Task prompt =
In the records below, find the line containing "v59 (-25.527,0,19.177)" and the line containing "e92 v59 v60 LINE"; please repeat exactly the lines from one to the other, both included, and nothing more.
*** Opening Given entries ***
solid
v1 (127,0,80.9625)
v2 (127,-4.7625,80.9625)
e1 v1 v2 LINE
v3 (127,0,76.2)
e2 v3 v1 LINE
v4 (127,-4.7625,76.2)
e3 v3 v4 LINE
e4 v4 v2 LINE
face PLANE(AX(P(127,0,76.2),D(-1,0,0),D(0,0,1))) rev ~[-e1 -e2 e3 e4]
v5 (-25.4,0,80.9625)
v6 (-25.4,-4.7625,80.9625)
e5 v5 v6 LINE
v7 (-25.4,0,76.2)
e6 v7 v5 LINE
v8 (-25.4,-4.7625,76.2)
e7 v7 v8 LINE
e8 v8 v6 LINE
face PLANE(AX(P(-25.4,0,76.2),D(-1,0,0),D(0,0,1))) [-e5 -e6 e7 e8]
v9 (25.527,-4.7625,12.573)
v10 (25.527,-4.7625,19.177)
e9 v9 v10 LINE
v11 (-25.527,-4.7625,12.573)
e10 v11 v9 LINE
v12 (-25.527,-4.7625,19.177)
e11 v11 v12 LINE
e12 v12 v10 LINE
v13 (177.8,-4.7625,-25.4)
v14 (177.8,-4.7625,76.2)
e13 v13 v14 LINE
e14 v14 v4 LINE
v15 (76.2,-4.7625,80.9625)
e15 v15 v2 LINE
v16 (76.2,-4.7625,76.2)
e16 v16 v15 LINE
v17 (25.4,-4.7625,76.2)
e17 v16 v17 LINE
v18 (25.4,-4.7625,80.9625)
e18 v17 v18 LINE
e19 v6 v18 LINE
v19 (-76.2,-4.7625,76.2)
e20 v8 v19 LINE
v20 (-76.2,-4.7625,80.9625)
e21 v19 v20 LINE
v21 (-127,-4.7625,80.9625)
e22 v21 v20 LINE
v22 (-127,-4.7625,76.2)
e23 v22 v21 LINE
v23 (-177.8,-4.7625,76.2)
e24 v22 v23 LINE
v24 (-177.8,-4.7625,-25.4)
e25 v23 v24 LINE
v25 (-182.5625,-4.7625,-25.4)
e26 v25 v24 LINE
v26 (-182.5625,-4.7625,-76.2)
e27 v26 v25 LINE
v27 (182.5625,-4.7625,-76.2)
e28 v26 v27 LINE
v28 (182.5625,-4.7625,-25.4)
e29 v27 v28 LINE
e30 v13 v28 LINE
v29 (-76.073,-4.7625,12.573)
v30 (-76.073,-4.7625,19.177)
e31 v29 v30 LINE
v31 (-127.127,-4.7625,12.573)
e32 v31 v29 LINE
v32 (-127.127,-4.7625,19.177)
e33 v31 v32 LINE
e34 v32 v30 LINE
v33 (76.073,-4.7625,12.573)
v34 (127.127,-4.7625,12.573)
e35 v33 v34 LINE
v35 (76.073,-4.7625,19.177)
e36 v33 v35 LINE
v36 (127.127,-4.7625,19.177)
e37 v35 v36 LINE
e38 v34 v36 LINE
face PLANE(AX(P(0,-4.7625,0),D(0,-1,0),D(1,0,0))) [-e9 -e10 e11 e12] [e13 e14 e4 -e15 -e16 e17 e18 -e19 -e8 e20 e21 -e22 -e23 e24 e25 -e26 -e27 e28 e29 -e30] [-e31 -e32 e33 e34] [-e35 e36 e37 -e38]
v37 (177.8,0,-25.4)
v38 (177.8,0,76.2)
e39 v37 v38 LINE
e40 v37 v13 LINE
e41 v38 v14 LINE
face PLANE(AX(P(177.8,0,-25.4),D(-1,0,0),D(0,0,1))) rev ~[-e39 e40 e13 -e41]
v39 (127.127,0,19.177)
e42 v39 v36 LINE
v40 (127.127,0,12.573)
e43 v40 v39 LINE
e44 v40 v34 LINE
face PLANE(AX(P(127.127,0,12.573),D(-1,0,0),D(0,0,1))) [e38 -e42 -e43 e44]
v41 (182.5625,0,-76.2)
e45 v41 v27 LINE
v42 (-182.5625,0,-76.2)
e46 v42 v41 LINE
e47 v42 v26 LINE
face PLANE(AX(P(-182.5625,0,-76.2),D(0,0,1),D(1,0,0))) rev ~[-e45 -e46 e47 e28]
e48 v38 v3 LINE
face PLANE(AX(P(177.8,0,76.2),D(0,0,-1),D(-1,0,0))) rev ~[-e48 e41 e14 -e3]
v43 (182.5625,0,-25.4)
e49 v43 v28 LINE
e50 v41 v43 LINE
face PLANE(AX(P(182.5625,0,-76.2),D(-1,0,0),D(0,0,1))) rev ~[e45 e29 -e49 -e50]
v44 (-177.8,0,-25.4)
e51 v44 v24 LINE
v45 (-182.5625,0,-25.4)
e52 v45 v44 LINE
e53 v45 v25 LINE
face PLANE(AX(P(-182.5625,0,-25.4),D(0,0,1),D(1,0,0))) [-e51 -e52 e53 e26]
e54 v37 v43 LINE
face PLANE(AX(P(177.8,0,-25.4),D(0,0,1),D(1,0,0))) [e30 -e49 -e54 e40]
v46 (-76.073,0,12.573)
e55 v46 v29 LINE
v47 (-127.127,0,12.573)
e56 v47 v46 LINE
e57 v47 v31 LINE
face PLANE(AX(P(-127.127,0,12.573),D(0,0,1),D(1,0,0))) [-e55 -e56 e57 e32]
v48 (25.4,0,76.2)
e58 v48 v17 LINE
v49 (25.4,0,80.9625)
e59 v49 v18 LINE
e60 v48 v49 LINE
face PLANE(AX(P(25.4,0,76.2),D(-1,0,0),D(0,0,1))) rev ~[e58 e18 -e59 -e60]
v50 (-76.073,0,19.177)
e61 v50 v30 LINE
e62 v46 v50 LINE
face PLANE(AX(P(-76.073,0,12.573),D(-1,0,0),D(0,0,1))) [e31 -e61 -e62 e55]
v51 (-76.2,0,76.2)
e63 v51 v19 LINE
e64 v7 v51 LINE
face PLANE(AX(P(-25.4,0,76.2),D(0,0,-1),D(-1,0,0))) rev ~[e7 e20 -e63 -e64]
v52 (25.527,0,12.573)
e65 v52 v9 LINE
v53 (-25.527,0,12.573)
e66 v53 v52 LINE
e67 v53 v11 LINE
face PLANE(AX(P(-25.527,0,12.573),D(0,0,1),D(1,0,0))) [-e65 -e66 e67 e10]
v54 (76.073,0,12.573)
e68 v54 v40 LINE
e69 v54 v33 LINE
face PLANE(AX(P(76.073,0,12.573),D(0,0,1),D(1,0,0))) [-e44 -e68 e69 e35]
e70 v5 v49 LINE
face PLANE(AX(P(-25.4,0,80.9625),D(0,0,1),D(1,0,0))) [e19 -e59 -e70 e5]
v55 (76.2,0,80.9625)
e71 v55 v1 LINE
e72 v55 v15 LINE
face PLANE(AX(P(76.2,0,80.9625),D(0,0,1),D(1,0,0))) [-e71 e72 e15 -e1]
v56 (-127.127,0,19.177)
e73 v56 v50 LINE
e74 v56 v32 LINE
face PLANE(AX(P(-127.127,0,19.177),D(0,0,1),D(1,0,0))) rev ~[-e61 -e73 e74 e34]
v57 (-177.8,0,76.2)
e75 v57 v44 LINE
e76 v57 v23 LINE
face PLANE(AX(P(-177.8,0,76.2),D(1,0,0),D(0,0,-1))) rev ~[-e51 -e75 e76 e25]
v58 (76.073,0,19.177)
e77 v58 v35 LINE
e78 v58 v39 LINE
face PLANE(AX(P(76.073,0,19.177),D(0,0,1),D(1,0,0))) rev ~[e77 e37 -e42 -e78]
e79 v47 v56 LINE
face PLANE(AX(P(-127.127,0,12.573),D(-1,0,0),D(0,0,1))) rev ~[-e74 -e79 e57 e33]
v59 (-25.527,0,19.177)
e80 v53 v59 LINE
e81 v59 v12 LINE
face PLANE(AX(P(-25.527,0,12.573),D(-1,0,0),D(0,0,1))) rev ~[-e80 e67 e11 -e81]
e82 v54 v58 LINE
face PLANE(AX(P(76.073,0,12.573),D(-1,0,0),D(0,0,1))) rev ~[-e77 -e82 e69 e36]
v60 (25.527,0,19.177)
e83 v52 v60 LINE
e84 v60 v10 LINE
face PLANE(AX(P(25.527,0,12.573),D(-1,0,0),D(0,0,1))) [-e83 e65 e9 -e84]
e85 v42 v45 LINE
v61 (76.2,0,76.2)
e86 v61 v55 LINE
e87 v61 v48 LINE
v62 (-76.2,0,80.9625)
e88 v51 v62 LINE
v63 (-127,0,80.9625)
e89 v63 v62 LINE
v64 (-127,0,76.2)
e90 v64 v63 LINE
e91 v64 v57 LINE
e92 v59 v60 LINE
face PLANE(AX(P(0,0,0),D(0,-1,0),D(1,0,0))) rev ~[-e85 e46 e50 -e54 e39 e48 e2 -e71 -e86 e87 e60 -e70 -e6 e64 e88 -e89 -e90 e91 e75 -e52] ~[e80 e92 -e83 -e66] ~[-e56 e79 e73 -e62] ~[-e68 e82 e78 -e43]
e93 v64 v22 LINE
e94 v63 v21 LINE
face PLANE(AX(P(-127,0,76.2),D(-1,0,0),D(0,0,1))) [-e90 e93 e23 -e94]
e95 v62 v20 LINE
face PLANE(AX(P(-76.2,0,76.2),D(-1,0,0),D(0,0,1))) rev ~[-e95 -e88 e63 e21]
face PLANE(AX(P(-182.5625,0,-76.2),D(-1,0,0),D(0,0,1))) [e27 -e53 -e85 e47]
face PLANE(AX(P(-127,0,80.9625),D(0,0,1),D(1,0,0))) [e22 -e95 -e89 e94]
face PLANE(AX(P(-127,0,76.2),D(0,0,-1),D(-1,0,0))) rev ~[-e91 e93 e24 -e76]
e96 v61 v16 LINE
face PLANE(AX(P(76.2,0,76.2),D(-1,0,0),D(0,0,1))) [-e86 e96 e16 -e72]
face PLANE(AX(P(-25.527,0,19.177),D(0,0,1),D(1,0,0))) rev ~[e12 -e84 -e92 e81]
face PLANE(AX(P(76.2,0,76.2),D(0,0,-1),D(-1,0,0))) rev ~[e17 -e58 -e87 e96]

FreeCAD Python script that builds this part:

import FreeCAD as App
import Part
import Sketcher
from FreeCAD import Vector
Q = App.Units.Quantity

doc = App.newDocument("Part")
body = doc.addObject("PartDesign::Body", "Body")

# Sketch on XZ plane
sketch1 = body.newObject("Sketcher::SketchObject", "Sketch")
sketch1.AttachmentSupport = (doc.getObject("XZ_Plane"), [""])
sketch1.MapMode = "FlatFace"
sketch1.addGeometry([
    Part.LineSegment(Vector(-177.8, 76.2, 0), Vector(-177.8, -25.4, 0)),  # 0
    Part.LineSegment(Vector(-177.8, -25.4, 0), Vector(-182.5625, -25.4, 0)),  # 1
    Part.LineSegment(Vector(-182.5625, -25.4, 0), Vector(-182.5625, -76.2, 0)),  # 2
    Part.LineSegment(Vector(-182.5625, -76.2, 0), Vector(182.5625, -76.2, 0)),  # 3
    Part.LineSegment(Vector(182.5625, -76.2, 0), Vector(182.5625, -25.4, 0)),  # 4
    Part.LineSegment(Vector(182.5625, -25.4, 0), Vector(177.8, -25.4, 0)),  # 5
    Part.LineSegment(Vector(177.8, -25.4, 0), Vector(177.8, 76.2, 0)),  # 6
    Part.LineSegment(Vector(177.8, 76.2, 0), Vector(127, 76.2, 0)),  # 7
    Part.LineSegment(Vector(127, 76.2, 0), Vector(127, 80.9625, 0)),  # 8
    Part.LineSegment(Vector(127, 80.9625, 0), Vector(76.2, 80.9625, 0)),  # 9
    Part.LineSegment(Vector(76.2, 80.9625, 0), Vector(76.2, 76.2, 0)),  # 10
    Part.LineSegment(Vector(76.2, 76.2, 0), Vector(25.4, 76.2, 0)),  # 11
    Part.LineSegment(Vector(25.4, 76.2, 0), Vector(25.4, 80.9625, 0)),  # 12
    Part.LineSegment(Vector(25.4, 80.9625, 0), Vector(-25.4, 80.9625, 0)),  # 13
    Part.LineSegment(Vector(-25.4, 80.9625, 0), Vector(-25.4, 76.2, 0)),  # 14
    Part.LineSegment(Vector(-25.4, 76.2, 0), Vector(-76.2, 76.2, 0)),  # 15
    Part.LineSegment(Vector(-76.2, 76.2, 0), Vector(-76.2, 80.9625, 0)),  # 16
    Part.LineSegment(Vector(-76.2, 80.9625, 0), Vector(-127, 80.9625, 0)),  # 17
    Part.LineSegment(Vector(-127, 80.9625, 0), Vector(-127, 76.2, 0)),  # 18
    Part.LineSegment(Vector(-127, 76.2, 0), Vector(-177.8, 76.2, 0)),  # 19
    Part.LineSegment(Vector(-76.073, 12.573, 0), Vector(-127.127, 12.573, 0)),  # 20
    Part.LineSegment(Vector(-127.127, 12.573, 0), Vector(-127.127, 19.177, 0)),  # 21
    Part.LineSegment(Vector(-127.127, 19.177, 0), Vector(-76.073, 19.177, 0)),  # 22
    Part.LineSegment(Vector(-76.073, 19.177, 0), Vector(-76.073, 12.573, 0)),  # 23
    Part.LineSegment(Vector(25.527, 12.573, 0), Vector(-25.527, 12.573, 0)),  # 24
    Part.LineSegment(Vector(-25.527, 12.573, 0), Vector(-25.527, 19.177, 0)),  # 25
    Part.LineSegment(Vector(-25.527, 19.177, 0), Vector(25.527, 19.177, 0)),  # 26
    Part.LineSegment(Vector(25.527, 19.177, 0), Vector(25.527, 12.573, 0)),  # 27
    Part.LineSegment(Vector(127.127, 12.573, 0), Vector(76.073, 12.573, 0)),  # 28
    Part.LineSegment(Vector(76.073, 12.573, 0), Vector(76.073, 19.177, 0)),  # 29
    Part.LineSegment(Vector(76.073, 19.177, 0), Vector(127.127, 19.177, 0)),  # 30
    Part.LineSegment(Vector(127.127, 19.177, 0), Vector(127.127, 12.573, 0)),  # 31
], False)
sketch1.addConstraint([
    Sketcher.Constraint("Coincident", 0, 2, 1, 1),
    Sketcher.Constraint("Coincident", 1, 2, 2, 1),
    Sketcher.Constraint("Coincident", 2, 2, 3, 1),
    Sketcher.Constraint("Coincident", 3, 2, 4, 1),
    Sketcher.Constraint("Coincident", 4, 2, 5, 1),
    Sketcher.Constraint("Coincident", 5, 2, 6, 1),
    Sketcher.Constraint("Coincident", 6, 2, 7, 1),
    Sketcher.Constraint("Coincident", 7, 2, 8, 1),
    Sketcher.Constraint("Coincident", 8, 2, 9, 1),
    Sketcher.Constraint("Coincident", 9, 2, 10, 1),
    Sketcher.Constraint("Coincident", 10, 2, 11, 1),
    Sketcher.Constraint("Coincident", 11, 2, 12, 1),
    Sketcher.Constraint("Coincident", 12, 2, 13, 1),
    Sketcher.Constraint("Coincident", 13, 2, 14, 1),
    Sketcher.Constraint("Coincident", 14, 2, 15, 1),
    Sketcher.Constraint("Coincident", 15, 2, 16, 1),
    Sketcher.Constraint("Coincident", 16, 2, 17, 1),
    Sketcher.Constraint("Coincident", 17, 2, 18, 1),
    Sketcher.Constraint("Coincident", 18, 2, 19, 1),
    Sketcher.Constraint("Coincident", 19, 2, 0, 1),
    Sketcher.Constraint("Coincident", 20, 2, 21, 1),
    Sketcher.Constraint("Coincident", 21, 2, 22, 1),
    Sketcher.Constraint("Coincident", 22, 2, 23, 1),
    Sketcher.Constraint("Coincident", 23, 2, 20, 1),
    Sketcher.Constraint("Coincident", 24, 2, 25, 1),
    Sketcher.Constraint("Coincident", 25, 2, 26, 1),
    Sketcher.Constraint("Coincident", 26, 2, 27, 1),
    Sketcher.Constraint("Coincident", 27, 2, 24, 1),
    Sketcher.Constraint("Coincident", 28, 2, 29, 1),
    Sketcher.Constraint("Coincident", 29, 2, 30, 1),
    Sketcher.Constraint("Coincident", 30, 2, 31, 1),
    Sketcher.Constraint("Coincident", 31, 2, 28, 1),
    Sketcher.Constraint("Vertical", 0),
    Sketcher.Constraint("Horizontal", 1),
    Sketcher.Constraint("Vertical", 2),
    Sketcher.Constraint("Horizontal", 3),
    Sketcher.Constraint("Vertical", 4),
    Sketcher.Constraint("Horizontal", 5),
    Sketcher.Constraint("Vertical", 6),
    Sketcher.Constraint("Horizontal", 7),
*** Closing Given entries ***
Answer =
v59 (-25.527,0,19.177)
e80 v53 v59 LINE
e81 v59 v12 LINE
face PLANE(AX(P(-25.527,0,12.573),D(-1,0,0),D(0,0,1))) rev ~[-e80 e67 e11 -e81]
e82 v54 v58 LINE
face PLANE(AX(P(76.073,0,12.573),D(-1,0,0),D(0,0,1))) rev ~[-e77 -e82 e69 e36]
v60 (25.527,0,19.177)
e83 v52 v60 LINE
e84 v60 v10 LINE
face PLANE(AX(P(25.527,0,12.573),D(-1,0,0),D(0,0,1))) [-e83 e65 e9 -e84]
e85 v42 v45 LINE
v61 (76.2,0,76.2)
e86 v61 v55 LINE
e87 v61 v48 LINE
v62 (-76.2,0,80.9625)
e88 v51 v62 LINE
v63 (-127,0,80.9625)
e89 v63 v62 LINE
v64 (-127,0,76.2)
e90 v64 v63 LINE
e91 v64 v57 LINE
e92 v59 v60 LINE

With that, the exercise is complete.